Aim of the exercise: Return exactly the lines of the records below, starting at the line that contains "#58=CARTESIAN_POINT('',(33.596012,17.283042,18.067554));" and ending at the line that contains "#65=CARTESIAN_POINT('',(26.071732,27.394814,27.899404));", with both of those lines kept.

Stored items:
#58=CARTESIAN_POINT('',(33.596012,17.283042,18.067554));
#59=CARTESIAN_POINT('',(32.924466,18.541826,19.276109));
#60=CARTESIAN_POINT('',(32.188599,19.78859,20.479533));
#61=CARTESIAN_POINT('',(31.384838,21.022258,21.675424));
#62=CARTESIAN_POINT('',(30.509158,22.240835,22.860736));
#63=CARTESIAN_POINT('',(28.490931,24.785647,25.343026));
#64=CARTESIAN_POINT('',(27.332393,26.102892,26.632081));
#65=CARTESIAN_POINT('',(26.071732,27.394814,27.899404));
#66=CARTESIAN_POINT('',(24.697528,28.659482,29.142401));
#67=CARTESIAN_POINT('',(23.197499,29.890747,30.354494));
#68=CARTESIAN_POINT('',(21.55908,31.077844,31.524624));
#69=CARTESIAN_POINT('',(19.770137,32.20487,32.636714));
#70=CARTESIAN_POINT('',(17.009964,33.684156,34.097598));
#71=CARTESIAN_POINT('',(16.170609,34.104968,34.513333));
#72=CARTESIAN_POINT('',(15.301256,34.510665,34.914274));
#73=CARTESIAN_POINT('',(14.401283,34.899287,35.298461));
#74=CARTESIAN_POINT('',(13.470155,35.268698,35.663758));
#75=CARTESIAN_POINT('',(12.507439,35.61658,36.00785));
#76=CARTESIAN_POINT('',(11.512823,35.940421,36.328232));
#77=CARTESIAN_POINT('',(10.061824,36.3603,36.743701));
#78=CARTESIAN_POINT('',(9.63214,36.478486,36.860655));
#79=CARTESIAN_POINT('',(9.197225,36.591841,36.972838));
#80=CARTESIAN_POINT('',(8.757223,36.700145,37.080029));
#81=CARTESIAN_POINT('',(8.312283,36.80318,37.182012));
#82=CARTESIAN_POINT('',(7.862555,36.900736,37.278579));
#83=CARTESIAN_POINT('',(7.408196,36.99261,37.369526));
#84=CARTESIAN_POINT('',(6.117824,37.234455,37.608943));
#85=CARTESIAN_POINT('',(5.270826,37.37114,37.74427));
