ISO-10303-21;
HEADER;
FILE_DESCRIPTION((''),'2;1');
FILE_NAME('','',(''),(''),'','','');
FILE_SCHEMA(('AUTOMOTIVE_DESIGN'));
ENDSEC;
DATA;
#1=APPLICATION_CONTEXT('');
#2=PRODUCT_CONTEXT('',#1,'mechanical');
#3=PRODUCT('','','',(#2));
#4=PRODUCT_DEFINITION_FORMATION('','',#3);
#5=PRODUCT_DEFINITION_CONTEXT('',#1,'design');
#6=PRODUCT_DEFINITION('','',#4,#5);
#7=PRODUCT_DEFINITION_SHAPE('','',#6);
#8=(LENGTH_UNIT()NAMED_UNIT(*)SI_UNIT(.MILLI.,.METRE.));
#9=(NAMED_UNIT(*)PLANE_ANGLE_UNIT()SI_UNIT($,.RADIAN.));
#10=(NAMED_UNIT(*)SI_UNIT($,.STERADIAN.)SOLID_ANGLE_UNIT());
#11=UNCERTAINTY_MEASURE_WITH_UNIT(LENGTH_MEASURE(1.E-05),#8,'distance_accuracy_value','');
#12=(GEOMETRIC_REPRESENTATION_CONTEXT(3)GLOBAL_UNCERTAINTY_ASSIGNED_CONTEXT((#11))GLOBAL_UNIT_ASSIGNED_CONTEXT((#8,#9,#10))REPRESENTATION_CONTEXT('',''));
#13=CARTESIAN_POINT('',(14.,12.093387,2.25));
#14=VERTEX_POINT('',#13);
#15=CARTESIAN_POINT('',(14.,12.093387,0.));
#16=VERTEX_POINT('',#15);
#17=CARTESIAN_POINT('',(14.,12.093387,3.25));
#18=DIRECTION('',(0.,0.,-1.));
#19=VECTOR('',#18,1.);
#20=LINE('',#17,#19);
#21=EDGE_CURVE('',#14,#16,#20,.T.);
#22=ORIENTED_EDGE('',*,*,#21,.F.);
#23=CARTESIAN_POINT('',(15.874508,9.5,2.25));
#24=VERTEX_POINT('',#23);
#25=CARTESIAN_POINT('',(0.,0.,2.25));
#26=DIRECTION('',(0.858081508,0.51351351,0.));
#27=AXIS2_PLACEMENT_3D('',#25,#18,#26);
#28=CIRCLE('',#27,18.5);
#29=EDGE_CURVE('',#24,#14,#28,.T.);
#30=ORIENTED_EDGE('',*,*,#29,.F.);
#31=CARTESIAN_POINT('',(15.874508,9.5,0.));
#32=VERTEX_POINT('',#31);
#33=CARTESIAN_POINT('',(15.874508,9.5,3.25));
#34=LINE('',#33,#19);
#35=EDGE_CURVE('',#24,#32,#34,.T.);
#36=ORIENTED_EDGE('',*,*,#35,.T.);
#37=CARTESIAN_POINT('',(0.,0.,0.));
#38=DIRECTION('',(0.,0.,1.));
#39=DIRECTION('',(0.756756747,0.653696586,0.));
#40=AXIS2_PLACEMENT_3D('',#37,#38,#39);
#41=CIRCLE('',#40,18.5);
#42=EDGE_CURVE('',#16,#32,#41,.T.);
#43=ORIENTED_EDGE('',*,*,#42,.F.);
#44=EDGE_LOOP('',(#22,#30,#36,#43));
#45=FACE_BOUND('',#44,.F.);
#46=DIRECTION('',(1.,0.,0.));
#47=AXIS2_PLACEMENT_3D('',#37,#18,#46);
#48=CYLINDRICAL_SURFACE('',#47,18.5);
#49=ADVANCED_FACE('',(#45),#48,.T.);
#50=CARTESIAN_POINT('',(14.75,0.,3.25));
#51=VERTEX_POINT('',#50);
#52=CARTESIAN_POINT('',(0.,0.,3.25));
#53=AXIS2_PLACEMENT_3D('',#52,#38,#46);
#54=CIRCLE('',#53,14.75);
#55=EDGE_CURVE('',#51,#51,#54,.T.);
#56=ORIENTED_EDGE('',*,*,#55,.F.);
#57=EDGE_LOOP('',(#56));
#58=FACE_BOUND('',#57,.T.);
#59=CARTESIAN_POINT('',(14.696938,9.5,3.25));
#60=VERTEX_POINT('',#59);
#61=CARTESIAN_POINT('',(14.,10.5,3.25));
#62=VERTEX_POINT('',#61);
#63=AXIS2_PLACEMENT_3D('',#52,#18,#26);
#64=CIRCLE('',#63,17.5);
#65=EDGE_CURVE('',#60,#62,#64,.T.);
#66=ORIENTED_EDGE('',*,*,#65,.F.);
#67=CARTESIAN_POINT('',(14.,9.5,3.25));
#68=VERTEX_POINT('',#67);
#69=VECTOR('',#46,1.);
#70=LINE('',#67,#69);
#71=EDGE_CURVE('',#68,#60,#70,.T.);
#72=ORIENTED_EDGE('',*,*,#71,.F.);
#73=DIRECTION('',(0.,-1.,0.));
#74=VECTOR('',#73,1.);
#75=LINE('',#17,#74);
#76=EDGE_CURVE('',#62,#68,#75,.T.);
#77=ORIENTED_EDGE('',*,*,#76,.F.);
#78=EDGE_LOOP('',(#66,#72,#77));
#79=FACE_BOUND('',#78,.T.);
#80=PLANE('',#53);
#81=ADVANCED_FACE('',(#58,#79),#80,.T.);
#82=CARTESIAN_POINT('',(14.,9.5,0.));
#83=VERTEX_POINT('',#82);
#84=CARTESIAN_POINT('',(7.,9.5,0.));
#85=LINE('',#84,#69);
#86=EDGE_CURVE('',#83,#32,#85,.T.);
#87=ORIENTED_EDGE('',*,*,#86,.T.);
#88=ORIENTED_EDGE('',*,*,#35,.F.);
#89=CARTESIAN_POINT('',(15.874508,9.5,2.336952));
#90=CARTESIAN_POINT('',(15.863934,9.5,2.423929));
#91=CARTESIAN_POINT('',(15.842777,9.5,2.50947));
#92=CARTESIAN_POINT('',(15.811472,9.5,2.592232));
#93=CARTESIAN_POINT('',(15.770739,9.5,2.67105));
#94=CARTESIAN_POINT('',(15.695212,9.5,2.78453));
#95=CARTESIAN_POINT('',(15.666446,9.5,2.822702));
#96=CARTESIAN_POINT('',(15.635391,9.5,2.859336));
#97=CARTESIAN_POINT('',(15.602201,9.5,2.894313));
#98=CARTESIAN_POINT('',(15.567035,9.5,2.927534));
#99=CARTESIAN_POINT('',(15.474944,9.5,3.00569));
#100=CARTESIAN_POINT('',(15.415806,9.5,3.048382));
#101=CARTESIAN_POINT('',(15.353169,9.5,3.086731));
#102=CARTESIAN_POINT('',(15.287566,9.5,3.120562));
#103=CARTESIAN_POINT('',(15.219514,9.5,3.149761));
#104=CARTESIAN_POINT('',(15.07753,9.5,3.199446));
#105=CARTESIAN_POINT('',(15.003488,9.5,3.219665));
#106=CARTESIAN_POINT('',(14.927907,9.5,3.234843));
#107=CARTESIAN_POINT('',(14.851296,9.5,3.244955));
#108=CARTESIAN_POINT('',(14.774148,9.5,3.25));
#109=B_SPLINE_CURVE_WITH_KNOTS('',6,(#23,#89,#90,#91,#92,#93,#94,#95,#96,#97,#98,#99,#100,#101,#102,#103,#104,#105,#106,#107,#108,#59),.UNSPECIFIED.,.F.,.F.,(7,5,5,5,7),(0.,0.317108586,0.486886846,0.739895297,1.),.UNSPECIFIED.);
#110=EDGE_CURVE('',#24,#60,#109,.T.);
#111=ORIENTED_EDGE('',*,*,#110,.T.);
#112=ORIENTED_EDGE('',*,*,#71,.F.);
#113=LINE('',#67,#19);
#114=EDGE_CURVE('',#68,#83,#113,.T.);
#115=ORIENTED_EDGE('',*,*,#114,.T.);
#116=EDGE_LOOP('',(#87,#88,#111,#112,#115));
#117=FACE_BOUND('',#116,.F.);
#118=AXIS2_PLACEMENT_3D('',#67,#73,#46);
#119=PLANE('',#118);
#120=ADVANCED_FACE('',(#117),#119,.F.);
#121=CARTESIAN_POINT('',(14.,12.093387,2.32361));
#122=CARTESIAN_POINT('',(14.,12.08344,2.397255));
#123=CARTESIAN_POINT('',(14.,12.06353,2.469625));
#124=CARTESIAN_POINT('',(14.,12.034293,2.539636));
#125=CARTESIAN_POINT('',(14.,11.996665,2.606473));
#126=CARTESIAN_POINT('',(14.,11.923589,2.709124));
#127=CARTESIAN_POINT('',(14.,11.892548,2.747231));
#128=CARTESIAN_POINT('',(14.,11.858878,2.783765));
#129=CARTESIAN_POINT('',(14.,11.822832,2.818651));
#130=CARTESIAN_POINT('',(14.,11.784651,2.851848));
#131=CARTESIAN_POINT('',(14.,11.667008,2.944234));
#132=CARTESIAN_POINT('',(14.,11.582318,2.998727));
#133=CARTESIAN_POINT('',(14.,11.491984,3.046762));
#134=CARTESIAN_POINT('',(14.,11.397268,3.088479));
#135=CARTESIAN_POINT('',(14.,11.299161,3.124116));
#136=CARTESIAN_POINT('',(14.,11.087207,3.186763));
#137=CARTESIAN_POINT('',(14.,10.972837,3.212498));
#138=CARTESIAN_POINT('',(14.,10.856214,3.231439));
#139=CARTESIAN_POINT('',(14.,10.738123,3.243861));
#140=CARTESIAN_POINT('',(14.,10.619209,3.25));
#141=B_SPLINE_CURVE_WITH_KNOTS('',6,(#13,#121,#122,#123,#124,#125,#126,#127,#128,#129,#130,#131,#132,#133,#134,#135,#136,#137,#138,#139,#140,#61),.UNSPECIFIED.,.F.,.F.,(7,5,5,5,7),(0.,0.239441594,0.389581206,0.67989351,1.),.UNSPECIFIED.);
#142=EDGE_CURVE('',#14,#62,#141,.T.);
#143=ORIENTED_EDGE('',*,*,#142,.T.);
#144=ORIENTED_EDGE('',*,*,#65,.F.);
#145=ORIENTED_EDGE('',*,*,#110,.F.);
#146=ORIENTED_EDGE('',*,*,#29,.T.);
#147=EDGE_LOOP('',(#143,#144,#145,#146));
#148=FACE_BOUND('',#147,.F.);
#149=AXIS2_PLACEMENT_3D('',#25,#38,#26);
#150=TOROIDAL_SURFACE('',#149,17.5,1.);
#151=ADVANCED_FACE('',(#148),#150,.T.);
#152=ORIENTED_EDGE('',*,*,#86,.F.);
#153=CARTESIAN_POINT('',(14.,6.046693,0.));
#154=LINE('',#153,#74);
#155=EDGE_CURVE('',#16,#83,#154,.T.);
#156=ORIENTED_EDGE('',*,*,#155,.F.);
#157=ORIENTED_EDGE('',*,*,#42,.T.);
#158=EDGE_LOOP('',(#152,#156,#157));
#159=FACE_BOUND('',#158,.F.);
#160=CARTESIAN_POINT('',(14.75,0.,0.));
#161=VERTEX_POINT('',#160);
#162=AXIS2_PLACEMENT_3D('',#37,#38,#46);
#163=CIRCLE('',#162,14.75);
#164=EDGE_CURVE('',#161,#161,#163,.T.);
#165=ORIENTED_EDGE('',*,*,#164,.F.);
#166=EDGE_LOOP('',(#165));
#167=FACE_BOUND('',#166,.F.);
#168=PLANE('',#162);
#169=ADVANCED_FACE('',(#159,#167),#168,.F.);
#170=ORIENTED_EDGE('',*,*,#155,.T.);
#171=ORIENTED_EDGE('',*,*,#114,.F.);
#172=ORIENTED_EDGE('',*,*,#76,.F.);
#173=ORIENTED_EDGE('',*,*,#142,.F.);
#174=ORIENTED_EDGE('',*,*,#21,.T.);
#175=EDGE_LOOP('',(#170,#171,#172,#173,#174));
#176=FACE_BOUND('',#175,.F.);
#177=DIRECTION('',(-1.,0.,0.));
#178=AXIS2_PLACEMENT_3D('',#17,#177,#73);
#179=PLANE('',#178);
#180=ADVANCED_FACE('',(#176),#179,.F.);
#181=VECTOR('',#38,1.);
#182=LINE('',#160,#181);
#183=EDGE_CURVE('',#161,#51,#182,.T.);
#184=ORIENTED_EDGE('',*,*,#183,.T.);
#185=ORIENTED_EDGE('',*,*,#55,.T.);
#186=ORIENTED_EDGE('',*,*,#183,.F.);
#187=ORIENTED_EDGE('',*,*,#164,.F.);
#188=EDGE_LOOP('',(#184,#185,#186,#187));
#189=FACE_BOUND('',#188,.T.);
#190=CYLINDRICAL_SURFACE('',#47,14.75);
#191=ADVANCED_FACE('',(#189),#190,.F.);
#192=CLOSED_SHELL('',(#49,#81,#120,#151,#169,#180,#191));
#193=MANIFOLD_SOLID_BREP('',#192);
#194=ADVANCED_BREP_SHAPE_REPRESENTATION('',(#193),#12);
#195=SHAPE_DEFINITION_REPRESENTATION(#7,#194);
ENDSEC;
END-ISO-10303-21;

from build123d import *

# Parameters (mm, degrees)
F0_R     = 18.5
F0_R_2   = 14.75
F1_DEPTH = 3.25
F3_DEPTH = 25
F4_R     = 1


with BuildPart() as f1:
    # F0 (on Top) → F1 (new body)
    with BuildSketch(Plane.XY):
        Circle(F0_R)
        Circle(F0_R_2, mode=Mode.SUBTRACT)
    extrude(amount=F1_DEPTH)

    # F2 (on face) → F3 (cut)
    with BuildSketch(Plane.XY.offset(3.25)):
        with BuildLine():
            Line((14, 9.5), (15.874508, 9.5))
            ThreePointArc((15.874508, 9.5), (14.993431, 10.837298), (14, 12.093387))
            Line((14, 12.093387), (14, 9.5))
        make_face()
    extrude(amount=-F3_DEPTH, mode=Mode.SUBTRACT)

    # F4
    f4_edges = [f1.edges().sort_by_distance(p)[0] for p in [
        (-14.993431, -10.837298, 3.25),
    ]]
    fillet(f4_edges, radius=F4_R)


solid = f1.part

* * *

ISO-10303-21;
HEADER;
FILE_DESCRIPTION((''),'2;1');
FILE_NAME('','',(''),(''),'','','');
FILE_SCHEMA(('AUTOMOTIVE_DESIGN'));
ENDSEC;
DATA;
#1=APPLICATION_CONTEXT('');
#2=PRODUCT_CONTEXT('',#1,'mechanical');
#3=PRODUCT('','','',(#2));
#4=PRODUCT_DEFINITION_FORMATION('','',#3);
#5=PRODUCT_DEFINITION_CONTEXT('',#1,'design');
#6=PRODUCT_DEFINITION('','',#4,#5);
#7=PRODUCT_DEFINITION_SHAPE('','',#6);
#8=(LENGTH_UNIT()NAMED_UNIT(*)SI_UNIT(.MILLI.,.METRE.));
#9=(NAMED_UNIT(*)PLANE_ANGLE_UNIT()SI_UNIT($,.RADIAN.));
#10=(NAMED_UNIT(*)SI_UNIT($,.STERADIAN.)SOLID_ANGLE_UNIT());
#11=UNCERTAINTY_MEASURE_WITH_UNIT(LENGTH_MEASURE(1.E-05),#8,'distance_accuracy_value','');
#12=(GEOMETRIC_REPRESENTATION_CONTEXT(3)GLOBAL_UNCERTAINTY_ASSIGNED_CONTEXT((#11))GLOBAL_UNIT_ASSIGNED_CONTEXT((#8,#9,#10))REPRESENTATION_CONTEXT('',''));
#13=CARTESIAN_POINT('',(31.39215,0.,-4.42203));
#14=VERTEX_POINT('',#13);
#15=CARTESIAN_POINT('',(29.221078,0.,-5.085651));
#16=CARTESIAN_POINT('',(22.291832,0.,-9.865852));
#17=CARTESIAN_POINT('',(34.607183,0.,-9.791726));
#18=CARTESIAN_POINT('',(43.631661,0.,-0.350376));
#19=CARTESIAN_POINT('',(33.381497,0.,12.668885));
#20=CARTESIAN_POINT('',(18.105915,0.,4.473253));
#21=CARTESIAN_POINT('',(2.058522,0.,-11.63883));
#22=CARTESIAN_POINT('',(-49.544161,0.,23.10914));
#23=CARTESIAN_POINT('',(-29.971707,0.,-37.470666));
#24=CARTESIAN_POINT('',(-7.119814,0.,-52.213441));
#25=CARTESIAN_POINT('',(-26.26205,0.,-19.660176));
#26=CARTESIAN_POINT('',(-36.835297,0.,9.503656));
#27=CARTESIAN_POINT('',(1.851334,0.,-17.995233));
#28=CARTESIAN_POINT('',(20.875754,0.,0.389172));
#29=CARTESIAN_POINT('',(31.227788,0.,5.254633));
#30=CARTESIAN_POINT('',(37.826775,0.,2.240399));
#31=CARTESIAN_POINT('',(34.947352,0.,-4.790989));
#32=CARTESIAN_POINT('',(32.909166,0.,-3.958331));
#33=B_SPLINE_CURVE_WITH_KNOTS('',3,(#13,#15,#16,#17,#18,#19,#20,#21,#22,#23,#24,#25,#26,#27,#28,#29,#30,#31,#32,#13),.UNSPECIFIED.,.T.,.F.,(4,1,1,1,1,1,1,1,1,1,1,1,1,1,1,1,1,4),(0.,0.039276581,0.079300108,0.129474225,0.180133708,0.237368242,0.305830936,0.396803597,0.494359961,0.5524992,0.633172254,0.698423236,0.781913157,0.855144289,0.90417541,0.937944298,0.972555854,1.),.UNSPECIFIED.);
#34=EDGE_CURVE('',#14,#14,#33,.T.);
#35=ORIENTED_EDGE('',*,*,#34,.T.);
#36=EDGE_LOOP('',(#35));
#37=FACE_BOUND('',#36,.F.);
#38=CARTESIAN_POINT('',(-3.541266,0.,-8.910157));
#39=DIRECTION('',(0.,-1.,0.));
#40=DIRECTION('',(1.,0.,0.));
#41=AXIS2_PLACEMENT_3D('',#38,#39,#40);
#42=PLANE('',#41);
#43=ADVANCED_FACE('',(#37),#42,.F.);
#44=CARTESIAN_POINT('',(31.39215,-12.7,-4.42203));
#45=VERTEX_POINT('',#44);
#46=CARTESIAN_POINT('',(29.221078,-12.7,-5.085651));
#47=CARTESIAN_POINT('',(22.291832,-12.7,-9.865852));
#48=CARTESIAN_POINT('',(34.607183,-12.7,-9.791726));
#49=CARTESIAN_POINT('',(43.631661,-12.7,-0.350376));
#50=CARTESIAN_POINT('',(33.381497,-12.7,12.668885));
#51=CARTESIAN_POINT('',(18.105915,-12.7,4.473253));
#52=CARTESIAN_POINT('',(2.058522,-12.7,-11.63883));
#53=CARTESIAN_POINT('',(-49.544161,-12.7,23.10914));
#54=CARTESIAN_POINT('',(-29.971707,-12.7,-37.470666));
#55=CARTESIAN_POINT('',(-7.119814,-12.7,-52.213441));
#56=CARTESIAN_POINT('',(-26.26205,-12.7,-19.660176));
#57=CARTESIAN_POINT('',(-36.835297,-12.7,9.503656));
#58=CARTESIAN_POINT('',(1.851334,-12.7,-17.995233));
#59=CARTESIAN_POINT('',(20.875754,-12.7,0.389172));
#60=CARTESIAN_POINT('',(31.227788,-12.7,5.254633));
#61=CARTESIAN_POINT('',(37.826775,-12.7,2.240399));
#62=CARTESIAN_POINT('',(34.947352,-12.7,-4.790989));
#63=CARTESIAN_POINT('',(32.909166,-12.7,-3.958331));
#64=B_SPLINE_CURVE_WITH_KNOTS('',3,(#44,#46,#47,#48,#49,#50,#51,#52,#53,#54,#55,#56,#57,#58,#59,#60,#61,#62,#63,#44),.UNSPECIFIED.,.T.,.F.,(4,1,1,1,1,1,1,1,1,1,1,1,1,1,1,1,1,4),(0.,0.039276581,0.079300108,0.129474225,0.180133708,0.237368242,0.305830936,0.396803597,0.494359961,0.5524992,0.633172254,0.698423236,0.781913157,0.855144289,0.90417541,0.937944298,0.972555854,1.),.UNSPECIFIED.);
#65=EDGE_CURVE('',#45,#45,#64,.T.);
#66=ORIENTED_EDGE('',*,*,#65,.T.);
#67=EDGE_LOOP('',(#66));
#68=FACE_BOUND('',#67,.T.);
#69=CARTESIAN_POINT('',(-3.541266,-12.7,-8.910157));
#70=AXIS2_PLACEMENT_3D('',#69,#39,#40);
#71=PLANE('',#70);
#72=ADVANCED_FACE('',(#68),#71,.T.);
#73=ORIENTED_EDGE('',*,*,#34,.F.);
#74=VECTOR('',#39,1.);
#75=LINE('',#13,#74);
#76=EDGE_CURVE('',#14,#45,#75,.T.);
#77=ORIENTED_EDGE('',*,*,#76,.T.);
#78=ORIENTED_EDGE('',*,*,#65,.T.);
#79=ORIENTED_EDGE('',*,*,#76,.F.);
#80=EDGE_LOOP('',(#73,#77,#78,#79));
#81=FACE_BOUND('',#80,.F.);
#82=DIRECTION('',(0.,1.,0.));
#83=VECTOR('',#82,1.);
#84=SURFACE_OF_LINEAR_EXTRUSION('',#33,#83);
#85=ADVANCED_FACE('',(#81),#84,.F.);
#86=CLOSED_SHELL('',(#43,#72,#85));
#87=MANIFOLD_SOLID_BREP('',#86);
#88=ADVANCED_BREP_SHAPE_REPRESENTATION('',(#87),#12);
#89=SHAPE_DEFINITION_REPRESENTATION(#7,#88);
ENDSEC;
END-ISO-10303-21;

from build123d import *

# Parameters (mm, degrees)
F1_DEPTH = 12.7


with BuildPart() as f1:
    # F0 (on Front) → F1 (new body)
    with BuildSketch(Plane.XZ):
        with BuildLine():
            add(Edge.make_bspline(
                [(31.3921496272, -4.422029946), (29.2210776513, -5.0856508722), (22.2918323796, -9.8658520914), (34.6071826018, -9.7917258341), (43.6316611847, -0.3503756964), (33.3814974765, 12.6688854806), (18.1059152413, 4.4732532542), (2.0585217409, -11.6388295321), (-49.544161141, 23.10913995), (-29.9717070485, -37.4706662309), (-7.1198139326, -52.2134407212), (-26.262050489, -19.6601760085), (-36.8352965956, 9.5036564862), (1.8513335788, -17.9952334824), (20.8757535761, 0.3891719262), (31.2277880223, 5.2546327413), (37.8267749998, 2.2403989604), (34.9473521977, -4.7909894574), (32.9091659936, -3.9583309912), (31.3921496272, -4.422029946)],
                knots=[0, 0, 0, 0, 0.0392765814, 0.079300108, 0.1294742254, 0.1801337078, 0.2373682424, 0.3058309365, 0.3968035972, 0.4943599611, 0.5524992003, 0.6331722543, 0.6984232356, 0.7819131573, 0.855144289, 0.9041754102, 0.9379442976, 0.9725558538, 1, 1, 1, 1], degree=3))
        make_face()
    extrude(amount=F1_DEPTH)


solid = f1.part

Exercise output:
#58=CARTESIAN_POINT('',(33.596012,17.283042,18.067554));
#59=CARTESIAN_POINT('',(32.924466,18.541826,19.276109));
#60=CARTESIAN_POINT('',(32.188599,19.78859,20.479533));
#61=CARTESIAN_POINT('',(31.384838,21.022258,21.675424));
#62=CARTESIAN_POINT('',(30.509158,22.240835,22.860736));
#63=CARTESIAN_POINT('',(28.490931,24.785647,25.343026));
#64=CARTESIAN_POINT('',(27.332393,26.102892,26.632081));
#65=CARTESIAN_POINT('',(26.071732,27.394814,27.899404));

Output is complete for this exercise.